◆ Task details:
Give again, word for word, every line below from the one that has "chamfer044_edges = [chamfer044.edges().sort_by_distance(p)[0]" through the one that has "v -304.8 38.1 0", both included, and no others.

[Provided entries — start]

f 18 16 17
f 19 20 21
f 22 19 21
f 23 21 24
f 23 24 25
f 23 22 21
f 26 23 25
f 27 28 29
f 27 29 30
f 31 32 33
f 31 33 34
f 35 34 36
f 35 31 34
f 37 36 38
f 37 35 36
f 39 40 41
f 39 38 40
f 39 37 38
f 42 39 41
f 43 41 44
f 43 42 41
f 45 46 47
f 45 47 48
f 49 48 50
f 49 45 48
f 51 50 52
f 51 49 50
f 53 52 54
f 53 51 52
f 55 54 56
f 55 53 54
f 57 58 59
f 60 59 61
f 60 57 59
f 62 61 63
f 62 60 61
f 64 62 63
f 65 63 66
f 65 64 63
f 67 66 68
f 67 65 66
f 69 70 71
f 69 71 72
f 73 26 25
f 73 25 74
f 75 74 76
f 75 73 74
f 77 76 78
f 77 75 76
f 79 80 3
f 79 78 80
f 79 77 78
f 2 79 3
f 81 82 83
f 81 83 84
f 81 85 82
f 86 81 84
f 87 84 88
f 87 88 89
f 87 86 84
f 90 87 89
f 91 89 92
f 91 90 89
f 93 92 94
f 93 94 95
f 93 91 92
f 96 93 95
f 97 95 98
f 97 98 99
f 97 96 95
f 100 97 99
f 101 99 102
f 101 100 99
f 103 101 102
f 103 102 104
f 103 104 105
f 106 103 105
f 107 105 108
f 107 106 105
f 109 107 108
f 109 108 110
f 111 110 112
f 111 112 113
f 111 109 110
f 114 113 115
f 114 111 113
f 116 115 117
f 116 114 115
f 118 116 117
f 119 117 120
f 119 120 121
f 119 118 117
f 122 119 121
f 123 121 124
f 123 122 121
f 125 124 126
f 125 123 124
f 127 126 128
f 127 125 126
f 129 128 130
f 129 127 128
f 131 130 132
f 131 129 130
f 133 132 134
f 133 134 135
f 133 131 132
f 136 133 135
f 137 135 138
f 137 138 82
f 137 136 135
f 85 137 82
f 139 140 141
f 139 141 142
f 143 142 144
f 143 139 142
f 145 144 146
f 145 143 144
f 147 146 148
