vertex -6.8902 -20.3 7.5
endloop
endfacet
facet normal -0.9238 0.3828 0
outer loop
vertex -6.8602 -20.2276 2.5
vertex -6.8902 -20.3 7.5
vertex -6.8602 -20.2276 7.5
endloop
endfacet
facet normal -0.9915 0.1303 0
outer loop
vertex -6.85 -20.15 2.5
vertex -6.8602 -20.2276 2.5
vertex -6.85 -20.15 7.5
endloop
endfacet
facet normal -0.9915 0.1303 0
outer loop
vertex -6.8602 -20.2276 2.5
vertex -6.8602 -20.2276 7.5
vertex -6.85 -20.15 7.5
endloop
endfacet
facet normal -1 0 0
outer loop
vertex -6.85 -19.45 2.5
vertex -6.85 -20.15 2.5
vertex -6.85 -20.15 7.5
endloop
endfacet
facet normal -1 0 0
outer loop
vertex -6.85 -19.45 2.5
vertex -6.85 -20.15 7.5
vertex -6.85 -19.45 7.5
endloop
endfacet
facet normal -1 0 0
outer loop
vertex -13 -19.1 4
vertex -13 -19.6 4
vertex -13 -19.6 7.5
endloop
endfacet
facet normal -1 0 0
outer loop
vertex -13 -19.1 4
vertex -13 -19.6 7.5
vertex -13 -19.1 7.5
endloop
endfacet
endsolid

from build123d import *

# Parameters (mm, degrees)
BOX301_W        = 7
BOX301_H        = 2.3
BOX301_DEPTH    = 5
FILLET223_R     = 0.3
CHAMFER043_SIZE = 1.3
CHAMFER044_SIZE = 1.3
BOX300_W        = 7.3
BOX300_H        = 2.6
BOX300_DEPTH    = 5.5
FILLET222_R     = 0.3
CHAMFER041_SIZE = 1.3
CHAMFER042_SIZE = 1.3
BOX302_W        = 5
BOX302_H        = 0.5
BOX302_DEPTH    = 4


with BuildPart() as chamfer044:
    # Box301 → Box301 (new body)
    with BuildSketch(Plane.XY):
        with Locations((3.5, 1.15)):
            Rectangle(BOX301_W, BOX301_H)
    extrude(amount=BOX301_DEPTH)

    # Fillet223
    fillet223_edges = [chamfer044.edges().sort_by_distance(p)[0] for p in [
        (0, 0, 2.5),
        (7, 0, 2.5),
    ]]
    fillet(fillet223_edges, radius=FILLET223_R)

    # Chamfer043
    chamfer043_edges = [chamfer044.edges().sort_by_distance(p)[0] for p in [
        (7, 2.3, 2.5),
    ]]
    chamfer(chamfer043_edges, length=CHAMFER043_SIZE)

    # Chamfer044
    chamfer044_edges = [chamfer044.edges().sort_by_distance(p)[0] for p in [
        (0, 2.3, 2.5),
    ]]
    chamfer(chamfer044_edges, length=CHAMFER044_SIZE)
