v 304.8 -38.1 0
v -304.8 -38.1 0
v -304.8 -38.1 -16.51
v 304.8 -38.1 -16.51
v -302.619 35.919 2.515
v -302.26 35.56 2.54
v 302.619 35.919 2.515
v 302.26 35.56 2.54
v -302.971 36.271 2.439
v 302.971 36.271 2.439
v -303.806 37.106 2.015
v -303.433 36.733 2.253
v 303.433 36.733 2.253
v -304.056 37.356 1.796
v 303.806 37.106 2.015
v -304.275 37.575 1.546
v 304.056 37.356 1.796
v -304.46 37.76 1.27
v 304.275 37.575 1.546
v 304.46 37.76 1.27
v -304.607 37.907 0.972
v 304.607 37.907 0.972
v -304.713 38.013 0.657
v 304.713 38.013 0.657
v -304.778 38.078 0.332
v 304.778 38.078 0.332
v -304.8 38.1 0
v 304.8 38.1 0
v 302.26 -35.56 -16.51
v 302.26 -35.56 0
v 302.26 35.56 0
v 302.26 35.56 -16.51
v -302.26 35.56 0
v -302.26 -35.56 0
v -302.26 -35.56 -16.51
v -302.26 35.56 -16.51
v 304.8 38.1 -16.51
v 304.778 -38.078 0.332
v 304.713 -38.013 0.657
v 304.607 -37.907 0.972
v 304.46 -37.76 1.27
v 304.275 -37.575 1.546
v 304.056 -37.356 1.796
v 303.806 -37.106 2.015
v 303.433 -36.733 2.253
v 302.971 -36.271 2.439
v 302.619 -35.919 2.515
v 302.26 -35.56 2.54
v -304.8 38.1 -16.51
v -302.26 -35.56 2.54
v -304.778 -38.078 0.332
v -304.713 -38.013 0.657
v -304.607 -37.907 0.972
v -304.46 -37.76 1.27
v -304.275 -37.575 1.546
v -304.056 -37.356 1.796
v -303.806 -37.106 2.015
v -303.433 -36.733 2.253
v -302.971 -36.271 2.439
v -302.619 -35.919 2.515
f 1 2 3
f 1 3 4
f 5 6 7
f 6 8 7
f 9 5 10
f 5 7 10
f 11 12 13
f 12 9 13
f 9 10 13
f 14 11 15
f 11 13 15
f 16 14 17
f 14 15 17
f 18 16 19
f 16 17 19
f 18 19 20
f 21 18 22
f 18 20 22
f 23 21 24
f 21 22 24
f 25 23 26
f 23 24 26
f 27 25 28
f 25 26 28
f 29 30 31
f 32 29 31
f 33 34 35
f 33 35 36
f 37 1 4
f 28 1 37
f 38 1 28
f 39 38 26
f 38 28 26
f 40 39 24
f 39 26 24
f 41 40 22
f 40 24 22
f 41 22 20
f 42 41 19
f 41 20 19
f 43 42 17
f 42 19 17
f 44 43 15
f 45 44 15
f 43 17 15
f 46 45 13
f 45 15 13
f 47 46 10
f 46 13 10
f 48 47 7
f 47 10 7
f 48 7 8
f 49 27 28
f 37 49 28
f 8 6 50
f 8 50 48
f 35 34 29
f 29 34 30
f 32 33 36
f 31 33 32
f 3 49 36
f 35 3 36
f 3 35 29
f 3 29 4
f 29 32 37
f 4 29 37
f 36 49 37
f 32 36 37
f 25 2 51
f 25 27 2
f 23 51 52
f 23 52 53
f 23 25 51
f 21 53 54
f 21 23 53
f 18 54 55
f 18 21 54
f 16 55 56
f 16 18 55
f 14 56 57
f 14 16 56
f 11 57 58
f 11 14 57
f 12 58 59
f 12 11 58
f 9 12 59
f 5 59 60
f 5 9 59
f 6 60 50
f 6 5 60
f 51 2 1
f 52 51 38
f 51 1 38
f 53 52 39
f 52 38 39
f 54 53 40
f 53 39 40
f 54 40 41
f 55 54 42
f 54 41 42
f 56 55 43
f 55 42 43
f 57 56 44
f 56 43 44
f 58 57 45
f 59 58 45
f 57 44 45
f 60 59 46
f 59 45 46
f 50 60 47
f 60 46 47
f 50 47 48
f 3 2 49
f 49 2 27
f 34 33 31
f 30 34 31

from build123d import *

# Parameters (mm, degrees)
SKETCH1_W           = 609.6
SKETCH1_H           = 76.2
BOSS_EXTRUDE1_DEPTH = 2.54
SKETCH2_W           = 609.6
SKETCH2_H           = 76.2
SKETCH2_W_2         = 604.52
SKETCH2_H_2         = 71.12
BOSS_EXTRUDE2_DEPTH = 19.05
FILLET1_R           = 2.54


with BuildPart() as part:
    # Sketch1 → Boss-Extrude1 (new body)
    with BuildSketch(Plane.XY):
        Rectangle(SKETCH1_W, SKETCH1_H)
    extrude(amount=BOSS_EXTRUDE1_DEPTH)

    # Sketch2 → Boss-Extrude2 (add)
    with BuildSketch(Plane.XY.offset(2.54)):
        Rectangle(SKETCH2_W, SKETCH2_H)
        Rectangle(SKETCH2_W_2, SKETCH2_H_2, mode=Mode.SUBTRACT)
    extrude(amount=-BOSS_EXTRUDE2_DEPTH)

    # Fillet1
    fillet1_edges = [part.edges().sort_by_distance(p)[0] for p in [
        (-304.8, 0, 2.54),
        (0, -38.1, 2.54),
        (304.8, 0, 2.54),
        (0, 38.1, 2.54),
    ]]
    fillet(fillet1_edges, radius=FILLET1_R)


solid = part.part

[Provided entries — finish]
[Provided entries — start]

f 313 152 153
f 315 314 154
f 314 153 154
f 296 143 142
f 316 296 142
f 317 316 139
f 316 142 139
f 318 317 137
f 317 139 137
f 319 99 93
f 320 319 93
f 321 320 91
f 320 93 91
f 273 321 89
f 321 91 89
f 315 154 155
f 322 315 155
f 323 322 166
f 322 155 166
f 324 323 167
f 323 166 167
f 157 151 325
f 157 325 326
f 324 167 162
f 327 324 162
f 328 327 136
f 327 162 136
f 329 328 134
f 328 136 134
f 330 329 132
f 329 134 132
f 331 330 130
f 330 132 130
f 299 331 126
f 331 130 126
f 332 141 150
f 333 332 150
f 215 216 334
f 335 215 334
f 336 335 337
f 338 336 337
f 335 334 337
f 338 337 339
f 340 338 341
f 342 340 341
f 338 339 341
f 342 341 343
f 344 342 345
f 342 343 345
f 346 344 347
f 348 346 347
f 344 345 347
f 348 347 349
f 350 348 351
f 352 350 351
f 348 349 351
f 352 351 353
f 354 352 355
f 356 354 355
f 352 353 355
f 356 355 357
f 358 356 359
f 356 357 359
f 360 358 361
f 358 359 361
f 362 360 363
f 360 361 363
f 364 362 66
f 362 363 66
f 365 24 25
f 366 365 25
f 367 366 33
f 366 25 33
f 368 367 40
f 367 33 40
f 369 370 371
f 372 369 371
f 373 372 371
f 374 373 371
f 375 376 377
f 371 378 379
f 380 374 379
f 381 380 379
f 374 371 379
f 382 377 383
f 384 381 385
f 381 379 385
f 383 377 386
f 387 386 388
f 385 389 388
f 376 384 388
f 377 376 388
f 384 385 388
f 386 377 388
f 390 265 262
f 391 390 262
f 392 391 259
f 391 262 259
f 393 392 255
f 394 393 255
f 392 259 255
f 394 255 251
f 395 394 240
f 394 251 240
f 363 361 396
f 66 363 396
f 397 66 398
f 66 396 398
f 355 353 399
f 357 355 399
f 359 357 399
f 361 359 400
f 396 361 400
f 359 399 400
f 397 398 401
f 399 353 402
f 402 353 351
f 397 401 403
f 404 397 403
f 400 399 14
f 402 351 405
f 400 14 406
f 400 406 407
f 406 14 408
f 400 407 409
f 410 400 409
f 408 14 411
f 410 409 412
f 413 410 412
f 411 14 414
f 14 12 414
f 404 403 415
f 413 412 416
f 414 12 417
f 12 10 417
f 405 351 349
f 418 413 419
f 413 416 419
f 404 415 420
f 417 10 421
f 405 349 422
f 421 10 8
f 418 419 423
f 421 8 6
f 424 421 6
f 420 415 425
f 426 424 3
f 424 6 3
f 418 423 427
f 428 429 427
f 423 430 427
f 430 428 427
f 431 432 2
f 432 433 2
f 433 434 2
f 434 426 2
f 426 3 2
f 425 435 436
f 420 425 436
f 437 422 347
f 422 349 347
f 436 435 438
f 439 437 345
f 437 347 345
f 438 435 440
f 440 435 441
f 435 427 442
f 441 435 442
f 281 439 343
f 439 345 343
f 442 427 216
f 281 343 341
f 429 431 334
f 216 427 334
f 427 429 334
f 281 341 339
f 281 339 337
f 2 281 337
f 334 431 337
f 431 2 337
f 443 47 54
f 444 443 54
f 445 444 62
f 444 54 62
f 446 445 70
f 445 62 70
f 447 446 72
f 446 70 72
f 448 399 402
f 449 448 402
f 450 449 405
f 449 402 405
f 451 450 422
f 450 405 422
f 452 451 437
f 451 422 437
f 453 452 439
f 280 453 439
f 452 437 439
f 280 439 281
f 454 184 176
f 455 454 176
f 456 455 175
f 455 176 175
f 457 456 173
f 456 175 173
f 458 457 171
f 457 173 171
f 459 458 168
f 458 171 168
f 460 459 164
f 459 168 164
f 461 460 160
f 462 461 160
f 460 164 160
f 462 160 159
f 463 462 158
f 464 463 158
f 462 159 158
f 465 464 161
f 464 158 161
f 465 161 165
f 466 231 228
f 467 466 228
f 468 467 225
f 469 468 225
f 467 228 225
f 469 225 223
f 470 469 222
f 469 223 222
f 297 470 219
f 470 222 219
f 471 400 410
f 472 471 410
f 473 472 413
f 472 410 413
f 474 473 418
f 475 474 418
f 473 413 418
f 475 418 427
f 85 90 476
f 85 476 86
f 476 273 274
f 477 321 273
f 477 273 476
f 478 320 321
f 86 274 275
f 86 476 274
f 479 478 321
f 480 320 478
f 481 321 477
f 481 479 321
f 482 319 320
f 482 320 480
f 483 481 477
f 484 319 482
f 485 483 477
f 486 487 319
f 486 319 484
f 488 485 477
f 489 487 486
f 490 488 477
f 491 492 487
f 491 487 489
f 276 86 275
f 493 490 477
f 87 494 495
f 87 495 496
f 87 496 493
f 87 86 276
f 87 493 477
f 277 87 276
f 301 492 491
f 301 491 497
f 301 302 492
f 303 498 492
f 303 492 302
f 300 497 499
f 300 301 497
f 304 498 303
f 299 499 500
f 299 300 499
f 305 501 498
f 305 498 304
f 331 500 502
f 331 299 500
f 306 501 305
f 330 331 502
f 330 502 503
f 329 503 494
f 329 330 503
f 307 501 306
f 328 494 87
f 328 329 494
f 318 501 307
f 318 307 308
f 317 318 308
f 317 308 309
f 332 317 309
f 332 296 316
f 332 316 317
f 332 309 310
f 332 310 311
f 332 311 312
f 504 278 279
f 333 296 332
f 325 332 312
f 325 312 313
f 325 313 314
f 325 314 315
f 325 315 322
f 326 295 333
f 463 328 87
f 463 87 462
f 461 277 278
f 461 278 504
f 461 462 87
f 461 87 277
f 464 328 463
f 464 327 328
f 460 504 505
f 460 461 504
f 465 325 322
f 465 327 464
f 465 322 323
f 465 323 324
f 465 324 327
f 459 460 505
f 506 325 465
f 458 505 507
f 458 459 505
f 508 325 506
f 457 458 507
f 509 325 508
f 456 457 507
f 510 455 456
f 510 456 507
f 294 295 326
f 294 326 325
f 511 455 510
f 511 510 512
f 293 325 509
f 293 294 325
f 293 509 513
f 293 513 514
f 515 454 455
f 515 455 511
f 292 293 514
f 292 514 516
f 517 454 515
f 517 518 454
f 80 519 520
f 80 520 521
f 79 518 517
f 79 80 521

[Provided entries — finish]

◆ Response box:
    chamfer044_edges = [chamfer044.edges().sort_by_distance(p)[0] for p in [
        (0, 2.3, 2.5),
    ]]
    chamfer(chamfer044_edges, length=CHAMFER044_SIZE)
v 304.8 -38.1 0
v -304.8 -38.1 0
v -304.8 -38.1 -16.51
v 304.8 -38.1 -16.51
v -302.619 35.919 2.515
v -302.26 35.56 2.54
v 302.619 35.919 2.515
v 302.26 35.56 2.54
v -302.971 36.271 2.439
v 302.971 36.271 2.439
v -303.806 37.106 2.015
v -303.433 36.733 2.253
v 303.433 36.733 2.253
v -304.056 37.356 1.796
v 303.806 37.106 2.015
v -304.275 37.575 1.546
v 304.056 37.356 1.796
v -304.46 37.76 1.27
v 304.275 37.575 1.546
v 304.46 37.76 1.27
v -304.607 37.907 0.972
v 304.607 37.907 0.972
v -304.713 38.013 0.657
v 304.713 38.013 0.657
v -304.778 38.078 0.332
v 304.778 38.078 0.332
v -304.8 38.1 0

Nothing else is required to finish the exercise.